Ce sont 11 milliards d’euros qui sont consacrés à la politique de l’aide à l’emploi, pour les résultats déplorables que l’on connaît.

 

Philippe Herlin est l'auteur de "50 milliards d'euros d'économies sur le budget 2018, c'est possible!". Dans cette étude pour Contribuables Associés, il identifie les coupes budgétaires réalisables dans le budget de l’État. Voici un deuxième extrait sur les aides à l'emploi.

Ce sont 11 milliards d’euros qui sont consacrés à la politique de l’aide à l’emploi, pour les résultats déplorables que l’on connaît. À un moment, il faut se poser des questions et changer de paradigme : ce n’est pas l’argent public qui crée l’emploi, ce sont les entreprises privées.

En conséquence, faisons en sorte de diminuer les impôts pesant sur elles, et cela passe par une diminution des dépenses publiques, dont celles du ministère du Travail.
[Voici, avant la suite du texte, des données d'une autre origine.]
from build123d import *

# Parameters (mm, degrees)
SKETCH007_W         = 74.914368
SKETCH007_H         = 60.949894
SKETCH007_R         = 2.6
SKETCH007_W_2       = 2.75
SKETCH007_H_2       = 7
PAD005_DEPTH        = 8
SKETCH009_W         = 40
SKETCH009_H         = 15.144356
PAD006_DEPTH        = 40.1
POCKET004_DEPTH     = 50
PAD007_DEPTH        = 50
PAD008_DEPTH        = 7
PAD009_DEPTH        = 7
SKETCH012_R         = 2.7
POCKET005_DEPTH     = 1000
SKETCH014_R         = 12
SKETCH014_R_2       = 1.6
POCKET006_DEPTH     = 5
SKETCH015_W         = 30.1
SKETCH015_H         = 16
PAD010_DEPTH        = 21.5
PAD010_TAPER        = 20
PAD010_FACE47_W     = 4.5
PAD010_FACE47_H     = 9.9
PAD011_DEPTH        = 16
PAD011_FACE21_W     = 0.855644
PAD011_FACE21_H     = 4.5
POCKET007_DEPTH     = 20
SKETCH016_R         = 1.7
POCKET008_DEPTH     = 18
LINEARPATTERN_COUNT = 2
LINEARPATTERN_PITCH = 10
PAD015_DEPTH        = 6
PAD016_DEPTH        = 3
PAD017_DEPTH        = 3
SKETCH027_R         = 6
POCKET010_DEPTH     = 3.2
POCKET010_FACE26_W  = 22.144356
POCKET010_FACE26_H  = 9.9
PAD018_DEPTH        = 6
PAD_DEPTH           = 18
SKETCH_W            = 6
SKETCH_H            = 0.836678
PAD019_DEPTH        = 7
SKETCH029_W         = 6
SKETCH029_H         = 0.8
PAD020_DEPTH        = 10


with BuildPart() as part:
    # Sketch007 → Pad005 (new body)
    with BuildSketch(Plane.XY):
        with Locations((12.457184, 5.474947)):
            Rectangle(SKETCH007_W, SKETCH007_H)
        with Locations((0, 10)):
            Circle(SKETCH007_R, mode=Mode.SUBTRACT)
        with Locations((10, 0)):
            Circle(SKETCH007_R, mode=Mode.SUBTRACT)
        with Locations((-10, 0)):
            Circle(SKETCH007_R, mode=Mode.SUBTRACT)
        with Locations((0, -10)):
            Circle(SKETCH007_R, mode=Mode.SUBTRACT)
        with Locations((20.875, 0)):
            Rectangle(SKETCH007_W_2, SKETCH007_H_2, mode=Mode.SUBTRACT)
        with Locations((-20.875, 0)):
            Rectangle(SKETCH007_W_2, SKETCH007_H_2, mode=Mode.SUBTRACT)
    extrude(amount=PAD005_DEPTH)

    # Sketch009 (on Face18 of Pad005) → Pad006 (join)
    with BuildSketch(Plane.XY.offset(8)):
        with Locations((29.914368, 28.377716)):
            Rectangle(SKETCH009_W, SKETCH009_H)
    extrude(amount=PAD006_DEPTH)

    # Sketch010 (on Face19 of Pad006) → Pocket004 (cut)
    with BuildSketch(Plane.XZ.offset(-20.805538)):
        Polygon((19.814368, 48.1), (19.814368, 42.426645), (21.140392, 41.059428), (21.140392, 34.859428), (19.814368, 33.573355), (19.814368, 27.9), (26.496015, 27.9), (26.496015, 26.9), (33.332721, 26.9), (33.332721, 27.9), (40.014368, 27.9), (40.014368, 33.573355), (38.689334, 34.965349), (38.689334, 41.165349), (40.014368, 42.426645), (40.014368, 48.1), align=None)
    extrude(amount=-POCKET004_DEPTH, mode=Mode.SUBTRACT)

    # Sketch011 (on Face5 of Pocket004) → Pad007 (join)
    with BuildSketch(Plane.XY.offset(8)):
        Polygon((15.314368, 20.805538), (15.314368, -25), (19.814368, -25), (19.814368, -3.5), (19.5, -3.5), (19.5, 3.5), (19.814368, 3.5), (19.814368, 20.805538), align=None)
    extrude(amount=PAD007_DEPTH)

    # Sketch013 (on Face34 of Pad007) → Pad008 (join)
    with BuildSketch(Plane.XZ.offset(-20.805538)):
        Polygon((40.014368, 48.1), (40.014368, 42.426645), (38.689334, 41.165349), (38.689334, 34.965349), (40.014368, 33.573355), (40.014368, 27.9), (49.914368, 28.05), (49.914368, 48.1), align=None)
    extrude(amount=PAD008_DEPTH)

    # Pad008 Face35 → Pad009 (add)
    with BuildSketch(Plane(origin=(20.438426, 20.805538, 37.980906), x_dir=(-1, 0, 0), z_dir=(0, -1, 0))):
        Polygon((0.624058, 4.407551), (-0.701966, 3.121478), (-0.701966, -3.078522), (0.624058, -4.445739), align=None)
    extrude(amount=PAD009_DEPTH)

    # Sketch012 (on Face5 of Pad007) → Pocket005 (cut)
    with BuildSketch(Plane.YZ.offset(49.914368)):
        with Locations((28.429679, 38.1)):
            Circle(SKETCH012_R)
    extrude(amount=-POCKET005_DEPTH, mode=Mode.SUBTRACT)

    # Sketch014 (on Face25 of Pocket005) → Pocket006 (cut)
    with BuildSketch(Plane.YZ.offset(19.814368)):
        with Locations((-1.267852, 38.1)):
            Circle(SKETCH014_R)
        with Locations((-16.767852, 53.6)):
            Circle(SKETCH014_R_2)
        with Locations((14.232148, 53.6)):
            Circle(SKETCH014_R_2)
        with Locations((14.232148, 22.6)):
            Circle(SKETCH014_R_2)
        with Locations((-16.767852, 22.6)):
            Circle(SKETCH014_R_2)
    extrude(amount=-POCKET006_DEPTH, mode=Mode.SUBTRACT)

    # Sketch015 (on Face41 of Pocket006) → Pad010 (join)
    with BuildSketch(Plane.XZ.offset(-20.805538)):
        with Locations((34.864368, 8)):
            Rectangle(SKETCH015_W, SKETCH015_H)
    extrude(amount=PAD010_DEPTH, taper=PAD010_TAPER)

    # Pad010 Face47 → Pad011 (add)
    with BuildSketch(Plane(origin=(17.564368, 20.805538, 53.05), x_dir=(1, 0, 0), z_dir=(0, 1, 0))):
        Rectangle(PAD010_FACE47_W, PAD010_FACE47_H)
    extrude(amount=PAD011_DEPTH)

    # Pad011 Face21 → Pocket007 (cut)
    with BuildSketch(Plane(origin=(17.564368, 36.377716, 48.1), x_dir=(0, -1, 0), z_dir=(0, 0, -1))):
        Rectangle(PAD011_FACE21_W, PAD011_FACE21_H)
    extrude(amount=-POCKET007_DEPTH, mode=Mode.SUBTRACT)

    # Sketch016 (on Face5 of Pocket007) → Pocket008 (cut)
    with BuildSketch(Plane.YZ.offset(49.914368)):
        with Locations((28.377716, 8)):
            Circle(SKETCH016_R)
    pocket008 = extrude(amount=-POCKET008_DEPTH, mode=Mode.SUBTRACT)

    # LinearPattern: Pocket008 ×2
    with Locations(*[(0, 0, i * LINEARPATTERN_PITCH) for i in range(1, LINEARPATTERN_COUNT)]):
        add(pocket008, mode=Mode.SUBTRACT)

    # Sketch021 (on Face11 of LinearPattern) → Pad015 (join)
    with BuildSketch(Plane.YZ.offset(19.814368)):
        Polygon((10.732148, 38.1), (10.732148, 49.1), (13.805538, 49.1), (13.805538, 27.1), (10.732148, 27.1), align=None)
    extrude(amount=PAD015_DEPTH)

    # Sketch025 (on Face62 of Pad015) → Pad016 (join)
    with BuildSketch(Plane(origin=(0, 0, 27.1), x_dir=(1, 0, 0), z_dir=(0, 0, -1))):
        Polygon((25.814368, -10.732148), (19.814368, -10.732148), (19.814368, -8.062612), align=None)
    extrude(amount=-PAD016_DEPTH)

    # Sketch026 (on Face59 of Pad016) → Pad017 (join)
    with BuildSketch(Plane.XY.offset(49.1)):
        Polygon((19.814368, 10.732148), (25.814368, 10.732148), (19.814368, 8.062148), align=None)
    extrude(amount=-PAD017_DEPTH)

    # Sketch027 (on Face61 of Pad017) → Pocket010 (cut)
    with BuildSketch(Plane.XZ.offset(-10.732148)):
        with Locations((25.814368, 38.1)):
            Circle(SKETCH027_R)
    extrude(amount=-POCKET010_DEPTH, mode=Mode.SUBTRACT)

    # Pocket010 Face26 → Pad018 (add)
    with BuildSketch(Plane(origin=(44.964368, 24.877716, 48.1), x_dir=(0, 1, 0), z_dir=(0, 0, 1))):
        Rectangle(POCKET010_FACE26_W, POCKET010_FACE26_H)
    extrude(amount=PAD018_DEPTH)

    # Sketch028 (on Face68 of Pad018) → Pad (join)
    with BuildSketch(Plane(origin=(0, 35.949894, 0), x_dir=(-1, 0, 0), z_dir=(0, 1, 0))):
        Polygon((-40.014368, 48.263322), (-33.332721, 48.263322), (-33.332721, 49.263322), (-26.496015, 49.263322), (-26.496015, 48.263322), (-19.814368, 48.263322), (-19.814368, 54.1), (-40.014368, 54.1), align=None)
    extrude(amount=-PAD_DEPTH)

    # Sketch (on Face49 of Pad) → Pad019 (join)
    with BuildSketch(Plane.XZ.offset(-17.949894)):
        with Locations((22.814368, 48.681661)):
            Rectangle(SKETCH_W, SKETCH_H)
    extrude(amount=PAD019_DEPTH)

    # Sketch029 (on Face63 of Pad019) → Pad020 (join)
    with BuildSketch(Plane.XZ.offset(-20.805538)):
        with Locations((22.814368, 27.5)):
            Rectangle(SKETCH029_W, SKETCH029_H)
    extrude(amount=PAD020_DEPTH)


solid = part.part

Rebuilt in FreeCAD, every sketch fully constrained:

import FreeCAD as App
import Part
import Sketcher
from FreeCAD import Vector
Q = App.Units.Quantity


def add_polygon(sketch, points):
    """Adds a closed chain of lines whose ends are joined by coincident constraints."""
    first, n = sketch.GeometryCount, len(points)
    for a, b in zip(points, points[1:] + points[:1]):
        sketch.addGeometry(Part.LineSegment(App.Vector(*a, 0), App.Vector(*b, 0)), False)
    for i in range(n):
        sketch.addConstraint(Sketcher.Constraint("Coincident", first + i, 2, first + (i + 1) % n, 1))

doc = App.newDocument("Part")
body = doc.addObject("PartDesign::Body", "Body")

# Sketch on XY plane
sketch1 = body.newObject("Sketcher::SketchObject", "Sketch")
sketch1.AttachmentSupport = (doc.getObject("XY_Plane"), [""])
sketch1.MapMode = "FlatFace"
add_polygon(sketch1, [(-25, 35.9), (-25, -25), (49.9, -25), (49.9, 35.9)])  # lines 0-3
sketch1.addGeometry(Part.Circle(Vector(0, -10, 0), Vector(0, 0, 1), 2.6), False)  # 4
add_polygon(sketch1, [(-19.5, -3.5), (-22.2, -3.5), (-22.2, 3.5), (-19.5, 3.5)])  # lines 5-8
sketch1.addGeometry(Part.Circle(Vector(-10, 0, 0), Vector(0, 0, 1), 2.6), False)  # 9
sketch1.addGeometry(Part.Circle(Vector(10, 0, 0), Vector(0, 0, 1), 2.6), False)  # 10
add_polygon(sketch1, [(22.2, -3.5), (19.5, -3.5), (19.5, 3.5), (22.2, 3.5)])  # lines 11-14
sketch1.addGeometry(Part.Circle(Vector(0, 10, 0), Vector(0, 0, 1), 2.6), False)  # 15
sketch1.addConstraint([
    Sketcher.Constraint("Vertical", 0),
    Sketcher.Constraint("Horizontal", 1),
    Sketcher.Constraint("Vertical", 2),
    Sketcher.Constraint("Horizontal", 3),
    Sketcher.Constraint("Horizontal", 5),
    Sketcher.Constraint("Vertical", 6),
    Sketcher.Constraint("Horizontal", 7),
    Sketcher.Constraint("Vertical", 8),
    Sketcher.Constraint("Horizontal", 11),
    Sketcher.Constraint("Vertical", 12),
    Sketcher.Constraint("Horizontal", 13),
    Sketcher.Constraint("Vertical", 14),
    Sketcher.Constraint("Equal", 4, 9),
    Sketcher.Constraint("Equal", 9, 10),
    Sketcher.Constraint("Equal", 10, 15),
    Sketcher.Constraint("Symmetric", 9, 3, 10, 3, -1, 1),
    Sketcher.Constraint("Symmetric", 4, 3, 15, 3, -1, 1),
    Sketcher.Constraint("Symmetric", 7, 2, 11, 2, -1, 1),
    Sketcher.Constraint("Symmetric", 5, 2, 13, 2, -1, 1),
    Sketcher.Constraint("PointOnObject", 4, 3, -2),
    Sketcher.Constraint("PointOnObject", 9, 3, -1),
    Sketcher.Constraint("Horizontal", 8, 2, 11, 2),
    Sketcher.Constraint("Diameter", 4, Q("5.2 mm")),
    Sketcher.Constraint("DistanceY", 6, 1, 6, 2, Q("7 mm")),
    Sketcher.Constraint("DistanceY", 4, 3, -1, 1, Q("10 mm")),
    Sketcher.Constraint("DistanceX", 9, 3, -1, 1, Q("10 mm")),
    Sketcher.Constraint("DistanceX", 0, 2, -1, 1, Q("25 mm")),
    Sketcher.Constraint("DistanceY", 0, 2, -1, 1, Q("25 mm")),
    Sketcher.Constraint("DistanceX", 5, 2, 5, 1, Q("2.75 mm")),
    Sketcher.Constraint("DistanceX", 7, 2, -1, 1, Q("19.5 mm")),
    Sketcher.Constraint("DistanceX", 1, 1, 1, 2, Q("74.914368 mm")),
    Sketcher.Constraint("DistanceY", 0, 2, 0, 1, Q("60.949894 mm")),
])
pad1 = body.newObject("PartDesign::Pad", "Pad")
pad1.Profile = sketch1
pad1.Length = 8

# Sketch on XY plane
sketch2 = body.newObject("Sketcher::SketchObject", "Sketch001")
sketch2.AttachmentSupport = (doc.getObject("XY_Plane"), [""])
sketch2.MapMode = "FlatFace"
sketch2.AttachmentOffset = App.Placement(Vector(0, 0, 8), App.Rotation())
add_polygon(sketch2, [(10, 36), (10, 21), (50, 21), (50, 36)])  # lines 0-3
sketch2.addConstraint([
    Sketcher.Constraint("Vertical", 0),
    Sketcher.Constraint("Horizontal", 1),
    Sketcher.Constraint("Vertical", 2),
    Sketcher.Constraint("Horizontal", 3),
    Sketcher.Constraint("DistanceX", 1, 1, 1, 2, Q("40 mm")),
    Sketcher.Constraint("DistanceY", 0, 2, 0, 1, Q("15.144356 mm")),
    Sketcher.Constraint("DistanceX", -1, 1, 1, 2, Q("49.914368 mm")),
    Sketcher.Constraint("DistanceY", -1, 1, 0, 2, Q("20.805538 mm")),
])
pad2 = body.newObject("PartDesign::Pad", "Pad001")
pad2.Profile = sketch2
pad2.Length = 40.1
Plusieurs programmes nous semblent pouvoir être aisément annulables :

  • 2 130 millions d’euros pour les emplois aidés¹ dont l’inutilité est patente. Simplement destinés à faire baisser les chiffres du chômage, ils n’offrent que rarement une compétence professionnelle, et le taux de retour à l’emploi des publics concernés est au plus bas.
  • 605 millions d’euros pour les « anticipation et accompagnement des conséquences des mutations économiques sur l’emploi »30, dont le fameux « contrat de génération » de François Hollande, qui aura donné très peu de résultat.
  • 886 millions d’euros  qui  servent  à « soutenir les structures de l’économie sociale et solidaire […] notamment dans les zones rurales et les quartiers dits « sensibles »². Il s’agit de saupoudrage de subventions et d’exonérations.

On parvient ainsi à une économie totale de : 2 130 + 605 + 886 = 3 621 millions d’euros.

Une analyse plus fine que ne le permettent les « Bleus » permettrait de sauver quelques programmes utiles ou à destination de publics en difficulté ; on peut arrondir à 3,5 milliards d’euros. Inversement, on ne touche pas au reste, même s’il y aurait à redire, mais cela nécessiterait une étude plus approfondie. 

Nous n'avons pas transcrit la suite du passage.